重要性:人工智能(AI)已经渗透到学术界,尤其是大型语言模型 OpenAI ChatGPT。然而,关于其在医学研究中的应用,鲜有报道。
目的:评估聊天机器人生成和评分医学研究摘要的能力。
设计、地点和参与者:在这项横断面研究中,我们对 ChatGPT 版本 3.5 和 4.0(分别称为聊天机器人 1 和聊天机器人 2)进行了培训,让它们根据背景文献、提示生成 10 篇摘要,并分析了每个主题的数据,以及 10 篇以前呈现的、不相关的摘要作为模型。研究于 2023 年 8 月至 2024 年 2 月进行(包括数据分析)。
暴露:利用相同主题和数据生成的摘要版本由外科住院医师或高级医师撰写,或由聊天机器人 1 和聊天机器人 2 生成进行比较。这 10 篇培训摘要由 8 名外科住院医师或研究员撰写,由同一名高级外科医生编辑,该研究在位于美国东南部的一家重视基于结果的研究的高容量医院进行。然后,根据前 6 个月研究期间的 5 名外科住院医师撰写的 10 篇摘要,基于 10 点和 20 点评分(第一至第四)进行比较。
主要结果和测量:主要结果测量指标是使用 10 点和 20 点评分(第一至第四)以及排名(第一至第四)的摘要等级。比较了聊天机器人 1、聊天机器人 2、初级住院医师和高级作者的摘要版本,并由盲审外科医生评审员以及两个聊天机器人模型进行判断。来自丹麦、英国和美国的 5 名学术主治外科医生,在外科组织、研究和摘要评估方面拥有丰富的经验,担任评审员。
结果:外科医生评审员无法区分摘要版本。每位评审员至少有一次将 AI 生成的版本排名第一。

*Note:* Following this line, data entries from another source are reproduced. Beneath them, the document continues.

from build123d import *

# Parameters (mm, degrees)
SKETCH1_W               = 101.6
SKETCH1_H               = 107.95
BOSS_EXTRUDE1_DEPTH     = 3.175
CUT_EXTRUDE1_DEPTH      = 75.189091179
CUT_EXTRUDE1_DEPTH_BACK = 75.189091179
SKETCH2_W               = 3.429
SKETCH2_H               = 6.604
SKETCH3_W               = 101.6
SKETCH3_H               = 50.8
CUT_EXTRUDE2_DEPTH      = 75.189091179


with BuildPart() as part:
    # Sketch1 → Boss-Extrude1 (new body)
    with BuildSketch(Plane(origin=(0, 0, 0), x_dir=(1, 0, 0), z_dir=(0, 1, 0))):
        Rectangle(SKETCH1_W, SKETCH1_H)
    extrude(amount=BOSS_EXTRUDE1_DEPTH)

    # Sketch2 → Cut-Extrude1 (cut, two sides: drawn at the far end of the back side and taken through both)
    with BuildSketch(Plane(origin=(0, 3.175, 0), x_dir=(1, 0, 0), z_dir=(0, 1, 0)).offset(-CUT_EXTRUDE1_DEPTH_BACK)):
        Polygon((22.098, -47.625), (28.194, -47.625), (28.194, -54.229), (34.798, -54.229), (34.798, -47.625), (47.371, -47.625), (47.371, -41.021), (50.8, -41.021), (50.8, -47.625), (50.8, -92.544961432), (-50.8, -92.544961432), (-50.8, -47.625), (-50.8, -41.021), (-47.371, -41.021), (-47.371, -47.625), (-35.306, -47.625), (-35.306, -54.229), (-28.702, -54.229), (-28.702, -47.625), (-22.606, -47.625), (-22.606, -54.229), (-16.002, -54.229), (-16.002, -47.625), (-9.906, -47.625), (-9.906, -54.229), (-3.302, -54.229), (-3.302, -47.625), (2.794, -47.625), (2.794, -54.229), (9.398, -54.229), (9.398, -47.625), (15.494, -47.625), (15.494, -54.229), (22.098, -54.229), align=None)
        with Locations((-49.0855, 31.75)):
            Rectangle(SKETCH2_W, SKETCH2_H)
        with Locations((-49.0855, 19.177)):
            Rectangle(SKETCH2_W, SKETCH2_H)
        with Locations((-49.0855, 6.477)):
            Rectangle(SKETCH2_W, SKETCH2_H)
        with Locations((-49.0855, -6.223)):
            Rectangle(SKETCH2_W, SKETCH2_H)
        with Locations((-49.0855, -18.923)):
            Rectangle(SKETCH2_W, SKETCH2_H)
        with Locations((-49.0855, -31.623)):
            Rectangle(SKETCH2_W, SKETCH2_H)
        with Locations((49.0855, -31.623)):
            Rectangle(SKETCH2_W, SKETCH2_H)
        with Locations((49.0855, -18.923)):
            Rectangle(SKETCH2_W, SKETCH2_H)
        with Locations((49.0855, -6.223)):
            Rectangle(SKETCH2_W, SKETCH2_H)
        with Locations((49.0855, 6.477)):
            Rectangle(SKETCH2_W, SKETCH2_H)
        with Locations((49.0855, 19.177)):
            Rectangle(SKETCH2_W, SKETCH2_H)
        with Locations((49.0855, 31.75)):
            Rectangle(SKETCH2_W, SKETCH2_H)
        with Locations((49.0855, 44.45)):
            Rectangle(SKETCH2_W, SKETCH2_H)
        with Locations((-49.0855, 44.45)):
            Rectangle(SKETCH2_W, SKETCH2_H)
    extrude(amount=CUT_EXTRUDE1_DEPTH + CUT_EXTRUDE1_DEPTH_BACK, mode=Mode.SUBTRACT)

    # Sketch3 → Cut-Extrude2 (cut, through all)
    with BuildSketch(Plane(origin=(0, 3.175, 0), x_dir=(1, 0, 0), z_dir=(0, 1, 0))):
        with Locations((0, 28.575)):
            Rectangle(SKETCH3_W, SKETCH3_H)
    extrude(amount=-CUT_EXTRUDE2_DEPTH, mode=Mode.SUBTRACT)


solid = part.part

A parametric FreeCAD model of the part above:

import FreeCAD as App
import Part
import Sketcher

V = App.Vector
Q = App.Units.Quantity


def add_polygon(sketch, points):
    """Adds a closed chain of lines whose ends are joined by coincident constraints."""
    first, n = sketch.GeometryCount, len(points)
    for a, b in zip(points, points[1:] + points[:1]):
        sketch.addGeometry(Part.LineSegment(App.Vector(*a, 0), App.Vector(*b, 0)), False)
    for i in range(n):
        sketch.addConstraint(Sketcher.Constraint("Coincident", first + i, 2, first + (i + 1) % n, 1))

doc = App.newDocument("Part")
params = doc.addObject("Spreadsheet::Sheet", "Params")
for row, (alias, value) in enumerate([
    ("sketch1_width", "4 in"),
    ("sketch1_height", "4.25 in"),
    ("pad1_length", "0.125 in"),
    ("sketch2_width", "4 in"),
    ("sketch2_width2", "0.24 in"),
    ("sketch2_width3", "0.26 in"),
    ("sketch2_width4", "0.475 in"),
    ("sketch2_width5", "0.135 in"),
    ("sketch3_width", "4 in"),
    ("sketch3_height", "2 in"),
], start=1):
    params.set(f"A{row}", alias)
    params.set(f"B{row}", "=" + value)
    params.setAlias(f"B{row}", alias)

body = doc.addObject("PartDesign::Body", "Body")

sketch1 = doc.addObject("Sketcher::SketchObject", "Sketch")
body.addObject(sketch1)
sketch1.AttachmentSupport = (doc.XZ_Plane, [""])
sketch1.MapMode = "FlatFace"
add_polygon(sketch1, [(-51, -54), (-51, 54), (51, 54), (51, -54)])
sketch1.addConstraint([
    Sketcher.Constraint("Vertical", 0),
    Sketcher.Constraint("Horizontal", 1),
    Sketcher.Constraint("Vertical", 2),
    Sketcher.Constraint("Horizontal", 3),
    Sketcher.Constraint("Symmetric", 0, 2, 2, 2, -1, 1),
    Sketcher.Constraint("DistanceX", 1, 1, 1, 2, Q("4 in")),
    Sketcher.Constraint("DistanceY", 0, 1, 0, 2, Q("4.25 in")),
])
sketch1.setExpression("Constraints[9]", "Params.sketch1_width")
sketch1.setExpression("Constraints[10]", "Params.sketch1_height")
pad1 = doc.addObject("PartDesign::Pad", "Pad")
body.addObject(pad1)
pad1.Profile = sketch1
pad1.setExpression("Length", "Params.pad1_length")
pad1.Reversed = True

sketch2 = doc.addObject("Sketcher::SketchObject", "Sketch001")
body.addObject(sketch2)
sketch2.AttachmentSupport = (doc.XZ_Plane, [""])
sketch2.MapMode = "FlatFace"
sketch2.AttachmentOffset = App.Placement(V(0, 0, -0.125 * 25.4), App.Rotation())
add_polygon(sketch2, [(28.2, 47.6), (22.1, 47.6), (22.1, 54.2), (15.5, 54.2), (15.5, 47.6), (9.4, 47.6), (9.4, 54.2), (2.8, 54.2), (2.8, 47.6), (-3.3, 47.6), (-3.3, 54.2), (-9.9, 54.2), (-9.9, 47.6), (-16, 47.6), (-16, 54.2), (-22.6, 54.2), (-22.6, 47.6), (-28.7, 47.6), (-28.7, 54.2), (-35.3, 54.2), (-35.3, 47.6), (-47.4, 47.6), (-47.4, 41), (-50.8, 41), (-50.8, 92.5), (50.8, 92.5), (50.8, 41), (47.4, 41), (47.4, 47.6), (34.8, 47.6), (34.8, 54.2), (28.2, 54.2)])
add_polygon(sketch2, [(-50.8, -35.1), (-50.8, -28.4), (-47.4, -28.4), (-47.4, -35.1)])
add_polygon(sketch2, [(-50.8, -22.5), (-50.8, -15.9), (-47.4, -15.9), (-47.4, -22.5)])
add_polygon(sketch2, [(-50.8, -9.8), (-50.8, -3.2), (-47.4, -3.2), (-47.4, -9.8)])
add_polygon(sketch2, [(-50.8, 2.9), (-50.8, 9.5), (-47.4, 9.5), (-47.4, 2.9)])
add_polygon(sketch2, [(-50.8, 15.6), (-50.8, 22.2), (-47.4, 22.2), (-47.4, 15.6)])
add_polygon(sketch2, [(-50.8, 28.3), (-50.8, 34.9), (-47.4, 34.9), (-47.4, 28.3)])
add_polygon(sketch2, [(47.4, 28.3), (47.4, 34.9), (50.8, 34.9), (50.8, 28.3)])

摘要的中位数(IQR)10 分评分没有差异(住院医师,7.0[6.0-8.0];高级作者,7.0[6.0-8.0];聊天机器人 1,7.0[6.0-8.0];聊天机器人 2,7.0[6.0-8.0];P=0.61),20 分评分(住院医师,14.0[12.0-7.0];高级作者,15.0[13.0-17.0];聊天机器人 1,14.0[12.0-16.0];聊天机器人 2,14.0[13.0-16.0];P=0.50)或排名(住院医师,3.0[1.0-4.0];高级作者,2.0[1.0-4.0];聊天机器人 1,3.0[2.0-4.0];聊天机器人 2,2.0[1.0-3.0];P=0.14)。聊天机器人 1 给出的摘要等级与外科医生评审员的等级相当。然而,聊天机器人 2 的评分比外科医生评审员和聊天机器人 1 更有利。聊天机器人 2 评审员的中位数(IQR)评分高于所有 4 个摘要版本的外科医生评审员评分(住院医师,14.0[12.0-17.0] vs 16.9[16.0-17.5];P=0.02;高级作者,15.0[13.0-17.0] vs 17.0[16.5-18.0];P=0.03;聊天机器人 1,14.0[12.0-16.0] vs 17.8[17.5-18.5];P=0.002;聊天机器人 2,14.0[13.0-16.0] vs 16.8[14.5-18.0];P=0.04)。当比较这两个聊天机器人的评分时,聊天机器人 2 对摘要的中位数(IQR)评分高于聊天机器人 1(住院医师,14.0[13.0-15.0] vs 16.9[16.0-17.5];P=0.003;高级作者,13.5[13.0-15.5] vs 17.0[16.5-18.0];P=0.004;聊天机器人 1,14.5[13.0-15.0] vs 17.8[17.5-18.5];P=0.003;聊天机器人 2,14.0[13.0-15.0] vs 16.8[14.5-18.0];P=0.01)。
结论和相关性:在这项横断面研究中,经过训练的聊天机器人生成了令人信服的医学摘要,与住院医师或高级作者的草稿无法区分。聊天机器人 1 对摘要的评分与外科医生评审员相似,而聊天机器人 2 则较为宽松。这些发现可能有助于外科医生科学家在医学研究中成功实施 AI。